A noble effort. But it doesn't work. I can't help noticing Littlejohn's picture, even when my eyes are looking elsewhere, because his face smells - or at any rate, I think it does. I can smell it in my brain. Even when it's just a photo. It smells like someone breaking wind in a pair of cheap nylon trousers while eating a scotch egg in a hot car passing the Tilsworth Golf and Conference Centre on the A5 outside Dunstable. But worse.
Fortunately, it's not a facial close-up. Unfortunately, his whole body's on there. Littlejohn is pictured standing astride the United Kingdom, like a colossus (or, more accurately, like Fred Talbot, the weatherman who used to do the forecasts on This Morning). Surrounding him are three things presumably intended to sum up the very worst of "modern Britain": a speed camera, a recycling bin, and the London Eye - a triumvirate so utterly despicable, Littlejohn can't even muster the will to shake a fist in their direction. Instead he merely shrugs with exasperation: his arms are outstretched, palms up, and he stares down the lens, bemused, as though saying, "Cuh! Speed cameras, eh? It's basic concern for human safety gone mad! Recycling bins? Typical! And if that bloody ferris wheel doesn't sum up Blair's Britain, I don't know what does. You couldn't make it up!"
Weirdly, they've chosen not to include any of Littlejohn's other bugbears on the cover: there are no gays or asylum seekers here. Unless, perhaps, they're crushed beneath Littlejohn's feet. It's hard to tell from the preview image on Amazon. I mean, I'd go into a bookshop and examine it in closer detail, but then I'd get Littlejohn on my hands, and my fingers would have that scotch-egg- car-fart stink on them for the rest of the day.
Speaking of Amazon, the site recommends Don't You Know Who I Am?: Insider Diaries of Fame, Power and Naked Ambition, by Piers Morgan, as a "perfect partner" to Littlejohn's Britain - presumably on the basis that once you've desensitised yourself with Littlejohn, Piers Morgan's going to be a doddle. On the cover, Morgan is standing on the wrong side of a velvet VIP rope, pulling a strikingly similar pose to Littlejohn - arms outstretched, palms up, like he's measuring an imaginary fish or grossly overestimating the size of his penis. Clearly, this is a trend. It's the stance du jour, the latest dance craze sweeping the nation.

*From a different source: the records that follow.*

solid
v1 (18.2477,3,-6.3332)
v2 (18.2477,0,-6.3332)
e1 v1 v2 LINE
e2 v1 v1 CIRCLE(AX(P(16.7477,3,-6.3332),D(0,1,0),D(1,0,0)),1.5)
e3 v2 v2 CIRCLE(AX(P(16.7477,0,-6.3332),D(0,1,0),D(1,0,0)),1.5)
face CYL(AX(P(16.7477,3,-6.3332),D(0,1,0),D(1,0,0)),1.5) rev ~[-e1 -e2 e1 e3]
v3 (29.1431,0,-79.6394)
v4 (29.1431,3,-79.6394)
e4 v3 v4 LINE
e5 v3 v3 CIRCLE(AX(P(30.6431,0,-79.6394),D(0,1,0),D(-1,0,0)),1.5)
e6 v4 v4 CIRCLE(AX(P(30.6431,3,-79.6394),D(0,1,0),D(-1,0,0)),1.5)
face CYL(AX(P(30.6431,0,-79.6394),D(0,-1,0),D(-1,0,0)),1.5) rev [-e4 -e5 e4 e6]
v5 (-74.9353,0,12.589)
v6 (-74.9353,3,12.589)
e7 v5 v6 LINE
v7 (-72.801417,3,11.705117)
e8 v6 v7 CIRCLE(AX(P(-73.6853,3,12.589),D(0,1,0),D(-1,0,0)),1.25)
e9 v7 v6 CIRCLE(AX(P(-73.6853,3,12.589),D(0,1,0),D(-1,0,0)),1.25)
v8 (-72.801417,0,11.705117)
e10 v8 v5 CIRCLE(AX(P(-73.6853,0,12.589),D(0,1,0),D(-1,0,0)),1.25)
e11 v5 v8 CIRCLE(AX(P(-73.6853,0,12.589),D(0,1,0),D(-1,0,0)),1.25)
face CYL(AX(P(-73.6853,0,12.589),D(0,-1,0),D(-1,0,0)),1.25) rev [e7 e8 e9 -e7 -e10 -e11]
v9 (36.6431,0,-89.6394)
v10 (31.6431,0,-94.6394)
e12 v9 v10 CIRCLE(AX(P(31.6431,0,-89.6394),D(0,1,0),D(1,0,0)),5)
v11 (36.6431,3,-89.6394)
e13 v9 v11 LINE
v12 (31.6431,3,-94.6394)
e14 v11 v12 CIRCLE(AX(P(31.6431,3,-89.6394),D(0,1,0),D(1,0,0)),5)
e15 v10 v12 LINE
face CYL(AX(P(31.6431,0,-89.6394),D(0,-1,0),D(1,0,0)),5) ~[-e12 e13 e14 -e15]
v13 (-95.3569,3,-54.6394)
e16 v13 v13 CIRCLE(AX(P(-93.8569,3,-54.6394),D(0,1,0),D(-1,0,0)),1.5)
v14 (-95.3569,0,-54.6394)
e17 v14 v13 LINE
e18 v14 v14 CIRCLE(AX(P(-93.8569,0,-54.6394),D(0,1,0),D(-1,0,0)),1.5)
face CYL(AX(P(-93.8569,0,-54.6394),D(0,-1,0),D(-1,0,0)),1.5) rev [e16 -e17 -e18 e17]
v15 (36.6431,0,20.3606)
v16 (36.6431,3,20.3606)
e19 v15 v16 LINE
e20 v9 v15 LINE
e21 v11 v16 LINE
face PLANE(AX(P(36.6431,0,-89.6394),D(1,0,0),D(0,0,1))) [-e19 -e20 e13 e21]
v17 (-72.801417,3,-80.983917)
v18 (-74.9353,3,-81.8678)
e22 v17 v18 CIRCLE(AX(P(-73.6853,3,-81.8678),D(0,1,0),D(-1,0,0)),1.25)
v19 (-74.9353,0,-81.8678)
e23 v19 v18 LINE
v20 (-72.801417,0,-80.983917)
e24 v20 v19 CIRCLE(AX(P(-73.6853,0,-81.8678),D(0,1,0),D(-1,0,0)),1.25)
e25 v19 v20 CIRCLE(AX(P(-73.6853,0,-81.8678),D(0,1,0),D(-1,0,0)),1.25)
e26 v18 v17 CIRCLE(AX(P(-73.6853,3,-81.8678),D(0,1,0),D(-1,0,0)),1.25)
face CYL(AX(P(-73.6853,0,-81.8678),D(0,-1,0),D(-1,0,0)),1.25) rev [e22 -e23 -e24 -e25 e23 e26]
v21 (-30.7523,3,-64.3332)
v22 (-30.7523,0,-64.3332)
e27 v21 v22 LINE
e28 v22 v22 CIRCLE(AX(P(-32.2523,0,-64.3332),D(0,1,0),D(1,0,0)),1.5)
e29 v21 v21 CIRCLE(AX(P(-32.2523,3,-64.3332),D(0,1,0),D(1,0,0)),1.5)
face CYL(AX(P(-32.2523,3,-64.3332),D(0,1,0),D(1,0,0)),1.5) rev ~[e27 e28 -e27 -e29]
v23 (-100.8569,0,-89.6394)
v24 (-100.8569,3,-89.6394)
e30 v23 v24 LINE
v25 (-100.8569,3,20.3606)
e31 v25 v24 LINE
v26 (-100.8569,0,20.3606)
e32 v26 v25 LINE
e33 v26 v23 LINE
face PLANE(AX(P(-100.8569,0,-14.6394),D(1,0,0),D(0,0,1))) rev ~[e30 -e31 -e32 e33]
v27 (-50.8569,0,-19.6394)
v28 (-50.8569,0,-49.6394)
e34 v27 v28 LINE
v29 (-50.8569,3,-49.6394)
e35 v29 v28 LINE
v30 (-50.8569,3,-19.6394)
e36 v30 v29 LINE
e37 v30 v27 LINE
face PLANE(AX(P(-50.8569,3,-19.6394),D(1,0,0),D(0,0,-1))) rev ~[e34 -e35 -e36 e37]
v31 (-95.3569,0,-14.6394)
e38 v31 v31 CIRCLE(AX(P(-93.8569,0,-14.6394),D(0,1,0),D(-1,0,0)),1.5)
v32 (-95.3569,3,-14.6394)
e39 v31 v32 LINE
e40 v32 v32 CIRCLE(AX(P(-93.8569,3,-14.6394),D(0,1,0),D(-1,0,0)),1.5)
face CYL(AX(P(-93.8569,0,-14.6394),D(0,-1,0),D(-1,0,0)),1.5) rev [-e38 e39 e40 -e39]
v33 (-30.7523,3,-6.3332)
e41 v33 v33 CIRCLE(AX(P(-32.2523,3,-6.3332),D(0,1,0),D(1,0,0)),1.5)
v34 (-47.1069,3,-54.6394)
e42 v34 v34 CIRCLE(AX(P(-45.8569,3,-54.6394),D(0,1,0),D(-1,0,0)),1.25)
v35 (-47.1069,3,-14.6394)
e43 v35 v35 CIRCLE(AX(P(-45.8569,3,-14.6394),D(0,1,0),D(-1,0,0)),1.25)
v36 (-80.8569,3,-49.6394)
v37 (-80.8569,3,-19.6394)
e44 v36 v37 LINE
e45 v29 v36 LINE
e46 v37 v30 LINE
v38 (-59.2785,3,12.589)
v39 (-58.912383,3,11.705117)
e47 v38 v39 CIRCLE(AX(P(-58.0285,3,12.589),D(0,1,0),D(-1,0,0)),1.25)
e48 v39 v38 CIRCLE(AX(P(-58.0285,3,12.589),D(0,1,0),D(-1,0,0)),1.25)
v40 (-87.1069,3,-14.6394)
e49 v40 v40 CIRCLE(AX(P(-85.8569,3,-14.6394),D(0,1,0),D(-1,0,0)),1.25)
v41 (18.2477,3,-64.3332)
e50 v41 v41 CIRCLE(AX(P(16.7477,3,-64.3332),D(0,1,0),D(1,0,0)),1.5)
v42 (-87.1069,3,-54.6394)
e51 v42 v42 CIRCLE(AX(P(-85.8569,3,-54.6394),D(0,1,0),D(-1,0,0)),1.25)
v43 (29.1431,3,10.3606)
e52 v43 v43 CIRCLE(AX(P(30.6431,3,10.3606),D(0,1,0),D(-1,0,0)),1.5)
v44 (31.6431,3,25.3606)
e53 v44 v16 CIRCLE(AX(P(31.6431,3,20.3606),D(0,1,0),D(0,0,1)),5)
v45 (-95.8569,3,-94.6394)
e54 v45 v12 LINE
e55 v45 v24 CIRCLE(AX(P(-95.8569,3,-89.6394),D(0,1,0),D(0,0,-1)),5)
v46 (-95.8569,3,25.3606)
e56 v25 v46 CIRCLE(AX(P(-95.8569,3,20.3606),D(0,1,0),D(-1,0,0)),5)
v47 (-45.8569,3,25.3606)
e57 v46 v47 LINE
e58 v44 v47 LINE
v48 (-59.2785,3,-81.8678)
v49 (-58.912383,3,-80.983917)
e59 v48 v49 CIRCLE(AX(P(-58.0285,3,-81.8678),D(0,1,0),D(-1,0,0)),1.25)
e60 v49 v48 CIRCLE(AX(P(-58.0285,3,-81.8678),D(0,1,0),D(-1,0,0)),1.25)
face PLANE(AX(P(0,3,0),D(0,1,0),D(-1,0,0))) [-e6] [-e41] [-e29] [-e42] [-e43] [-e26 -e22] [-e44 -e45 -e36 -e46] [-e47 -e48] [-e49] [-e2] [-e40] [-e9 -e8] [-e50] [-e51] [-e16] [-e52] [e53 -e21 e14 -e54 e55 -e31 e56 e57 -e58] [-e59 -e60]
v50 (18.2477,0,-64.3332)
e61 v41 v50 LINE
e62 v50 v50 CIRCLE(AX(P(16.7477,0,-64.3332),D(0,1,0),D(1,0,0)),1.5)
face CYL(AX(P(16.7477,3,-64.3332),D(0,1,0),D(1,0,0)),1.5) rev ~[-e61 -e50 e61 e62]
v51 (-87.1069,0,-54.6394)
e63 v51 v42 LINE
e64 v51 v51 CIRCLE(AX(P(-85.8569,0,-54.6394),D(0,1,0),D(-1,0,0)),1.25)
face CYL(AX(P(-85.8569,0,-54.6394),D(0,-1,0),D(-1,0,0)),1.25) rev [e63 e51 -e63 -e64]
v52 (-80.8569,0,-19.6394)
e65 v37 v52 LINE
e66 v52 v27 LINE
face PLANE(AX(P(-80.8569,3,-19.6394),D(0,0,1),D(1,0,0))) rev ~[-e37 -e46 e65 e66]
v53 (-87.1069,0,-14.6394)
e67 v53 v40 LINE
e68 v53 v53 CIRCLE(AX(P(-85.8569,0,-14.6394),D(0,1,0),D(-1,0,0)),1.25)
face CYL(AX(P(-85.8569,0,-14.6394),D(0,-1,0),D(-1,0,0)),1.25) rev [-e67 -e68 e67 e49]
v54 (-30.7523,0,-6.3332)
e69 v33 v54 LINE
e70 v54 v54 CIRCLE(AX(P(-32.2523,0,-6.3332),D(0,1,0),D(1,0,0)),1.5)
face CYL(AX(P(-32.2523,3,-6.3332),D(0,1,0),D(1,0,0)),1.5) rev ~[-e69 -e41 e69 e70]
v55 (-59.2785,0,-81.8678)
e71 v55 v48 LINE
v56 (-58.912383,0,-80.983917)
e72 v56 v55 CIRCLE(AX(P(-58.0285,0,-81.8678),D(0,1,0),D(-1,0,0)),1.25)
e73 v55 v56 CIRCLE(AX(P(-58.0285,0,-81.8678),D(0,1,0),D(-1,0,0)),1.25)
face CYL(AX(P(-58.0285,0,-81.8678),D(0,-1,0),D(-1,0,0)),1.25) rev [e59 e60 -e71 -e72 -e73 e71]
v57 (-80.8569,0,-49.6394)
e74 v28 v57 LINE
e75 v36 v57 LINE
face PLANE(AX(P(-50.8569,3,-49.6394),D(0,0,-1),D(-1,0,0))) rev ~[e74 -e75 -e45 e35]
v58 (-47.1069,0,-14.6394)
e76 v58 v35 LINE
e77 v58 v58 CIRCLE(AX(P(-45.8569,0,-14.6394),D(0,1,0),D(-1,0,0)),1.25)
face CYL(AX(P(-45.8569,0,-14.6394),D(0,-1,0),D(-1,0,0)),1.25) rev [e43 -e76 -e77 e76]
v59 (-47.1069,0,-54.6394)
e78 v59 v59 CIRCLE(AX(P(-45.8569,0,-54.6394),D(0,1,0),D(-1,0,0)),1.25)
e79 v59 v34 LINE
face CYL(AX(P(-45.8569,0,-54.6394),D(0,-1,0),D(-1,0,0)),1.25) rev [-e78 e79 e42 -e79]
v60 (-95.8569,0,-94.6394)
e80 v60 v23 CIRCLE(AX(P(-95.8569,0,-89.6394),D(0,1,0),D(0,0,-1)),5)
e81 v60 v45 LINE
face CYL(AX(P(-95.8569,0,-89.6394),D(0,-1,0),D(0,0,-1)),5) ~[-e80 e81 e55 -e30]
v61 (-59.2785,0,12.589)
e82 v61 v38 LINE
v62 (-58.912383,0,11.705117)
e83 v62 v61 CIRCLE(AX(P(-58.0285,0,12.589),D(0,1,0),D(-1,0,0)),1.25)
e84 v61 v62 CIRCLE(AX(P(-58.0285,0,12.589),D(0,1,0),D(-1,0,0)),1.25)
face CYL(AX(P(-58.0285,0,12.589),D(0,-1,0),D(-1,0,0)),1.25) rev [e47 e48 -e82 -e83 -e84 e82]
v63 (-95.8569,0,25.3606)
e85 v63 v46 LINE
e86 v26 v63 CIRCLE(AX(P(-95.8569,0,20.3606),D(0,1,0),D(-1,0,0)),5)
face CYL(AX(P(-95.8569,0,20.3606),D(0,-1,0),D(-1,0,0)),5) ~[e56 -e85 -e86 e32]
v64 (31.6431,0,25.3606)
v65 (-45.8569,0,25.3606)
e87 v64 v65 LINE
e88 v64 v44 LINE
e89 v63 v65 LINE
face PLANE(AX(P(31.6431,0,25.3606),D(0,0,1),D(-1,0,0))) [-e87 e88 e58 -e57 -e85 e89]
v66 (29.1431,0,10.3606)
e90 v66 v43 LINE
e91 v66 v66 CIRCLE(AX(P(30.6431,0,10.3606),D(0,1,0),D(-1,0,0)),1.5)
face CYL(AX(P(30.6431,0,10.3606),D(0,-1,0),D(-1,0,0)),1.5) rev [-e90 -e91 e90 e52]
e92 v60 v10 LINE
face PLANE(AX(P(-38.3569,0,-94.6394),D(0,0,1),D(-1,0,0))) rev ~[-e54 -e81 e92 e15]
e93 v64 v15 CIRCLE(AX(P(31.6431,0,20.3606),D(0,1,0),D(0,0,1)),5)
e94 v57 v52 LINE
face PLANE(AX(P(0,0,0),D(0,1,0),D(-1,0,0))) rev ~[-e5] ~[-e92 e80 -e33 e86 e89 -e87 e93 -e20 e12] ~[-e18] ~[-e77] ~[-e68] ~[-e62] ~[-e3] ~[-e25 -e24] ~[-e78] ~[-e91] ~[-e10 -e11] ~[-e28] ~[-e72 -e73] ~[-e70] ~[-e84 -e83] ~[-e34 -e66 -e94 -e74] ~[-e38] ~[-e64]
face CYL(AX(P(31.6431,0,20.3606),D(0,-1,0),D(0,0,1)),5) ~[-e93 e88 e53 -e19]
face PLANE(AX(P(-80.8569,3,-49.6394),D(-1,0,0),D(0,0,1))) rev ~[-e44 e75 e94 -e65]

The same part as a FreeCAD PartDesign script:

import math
import FreeCAD as App
import Part
import Sketcher
from FreeCAD import Vector


def add_polygon(sketch, points):
    """Adds a closed chain of lines whose ends are joined by coincident constraints."""
    first, n = sketch.GeometryCount, len(points)
    for a, b in zip(points, points[1:] + points[:1]):
        sketch.addGeometry(Part.LineSegment(App.Vector(*a, 0), App.Vector(*b, 0)), False)
    for i in range(n):
        sketch.addConstraint(Sketcher.Constraint("Coincident", first + i, 2, first + (i + 1) % n, 1))

doc = App.newDocument("Part")
params = doc.addObject("Spreadsheet::Sheet", "Params")
for row, (alias, value) in enumerate([
    ("sketch1_radius", "5 mm"),
    ("sketch1_diameter", "2.5 mm"),
    ("sketch1_diameter2", "3 mm"),
    ("sketch1_width", "50 mm"),
    ("sketch1_height", "110 mm"),
    ("pad1_length", "3 mm"),
    ("sketch2_diameter", "3 mm"),
    ("pocket1_length", "3 mm"),
    ("sketch3_width", "30 mm"),
    ("pocket2_length", "10 mm"),
], start=1):
    params.set(f"A{row}", alias)
    params.set(f"B{row}", "=" + value)
    params.setAlias(f"B{row}", alias)

body = doc.addObject("PartDesign::Body", "Body")

# Sketch on XZ plane
sketch1 = body.newObject("Sketcher::SketchObject", "Sketch")
sketch1.AttachmentSupport = (doc.getObject("XZ_Plane"), [""])
sketch1.MapMode = "FlatFace"
sketch1.addGeometry(Part.ArcOfCircle(Part.Circle(Vector(31.6431, 20.3606, 0), Vector(0, 0, 1), 5), math.radians(0), math.radians(90)), False)
sketch1.addGeometry(Part.LineSegment(Vector(36.6431, 20.3606, 0), Vector(36.6431, -89.6394, 0)), False)
sketch1.addGeometry(Part.ArcOfCircle(Part.Circle(Vector(31.6431, -89.6394, 0), Vector(0, 0, 1), 5), math.radians(-90), math.radians(0)), False)
sketch1.addGeometry(Part.LineSegment(Vector(31.6431, -94.6394, 0), Vector(-95.8569, -94.6394, 0)), False)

Anyway: covers. You can't judge a book by them. But you can point at them and laugh.
· This week Charlie watched the climax of the reimagined Battlestar Galactica: "Sadly, when the Cylons began humming All Along the Watchtower, it finally got too pretentious to enjoy." He also watched Any Dream Will Do: "Like being inducted into some horrible cult." He ate a Pot Noodle, the first one in three years: "Bacon flavour - it was delicious."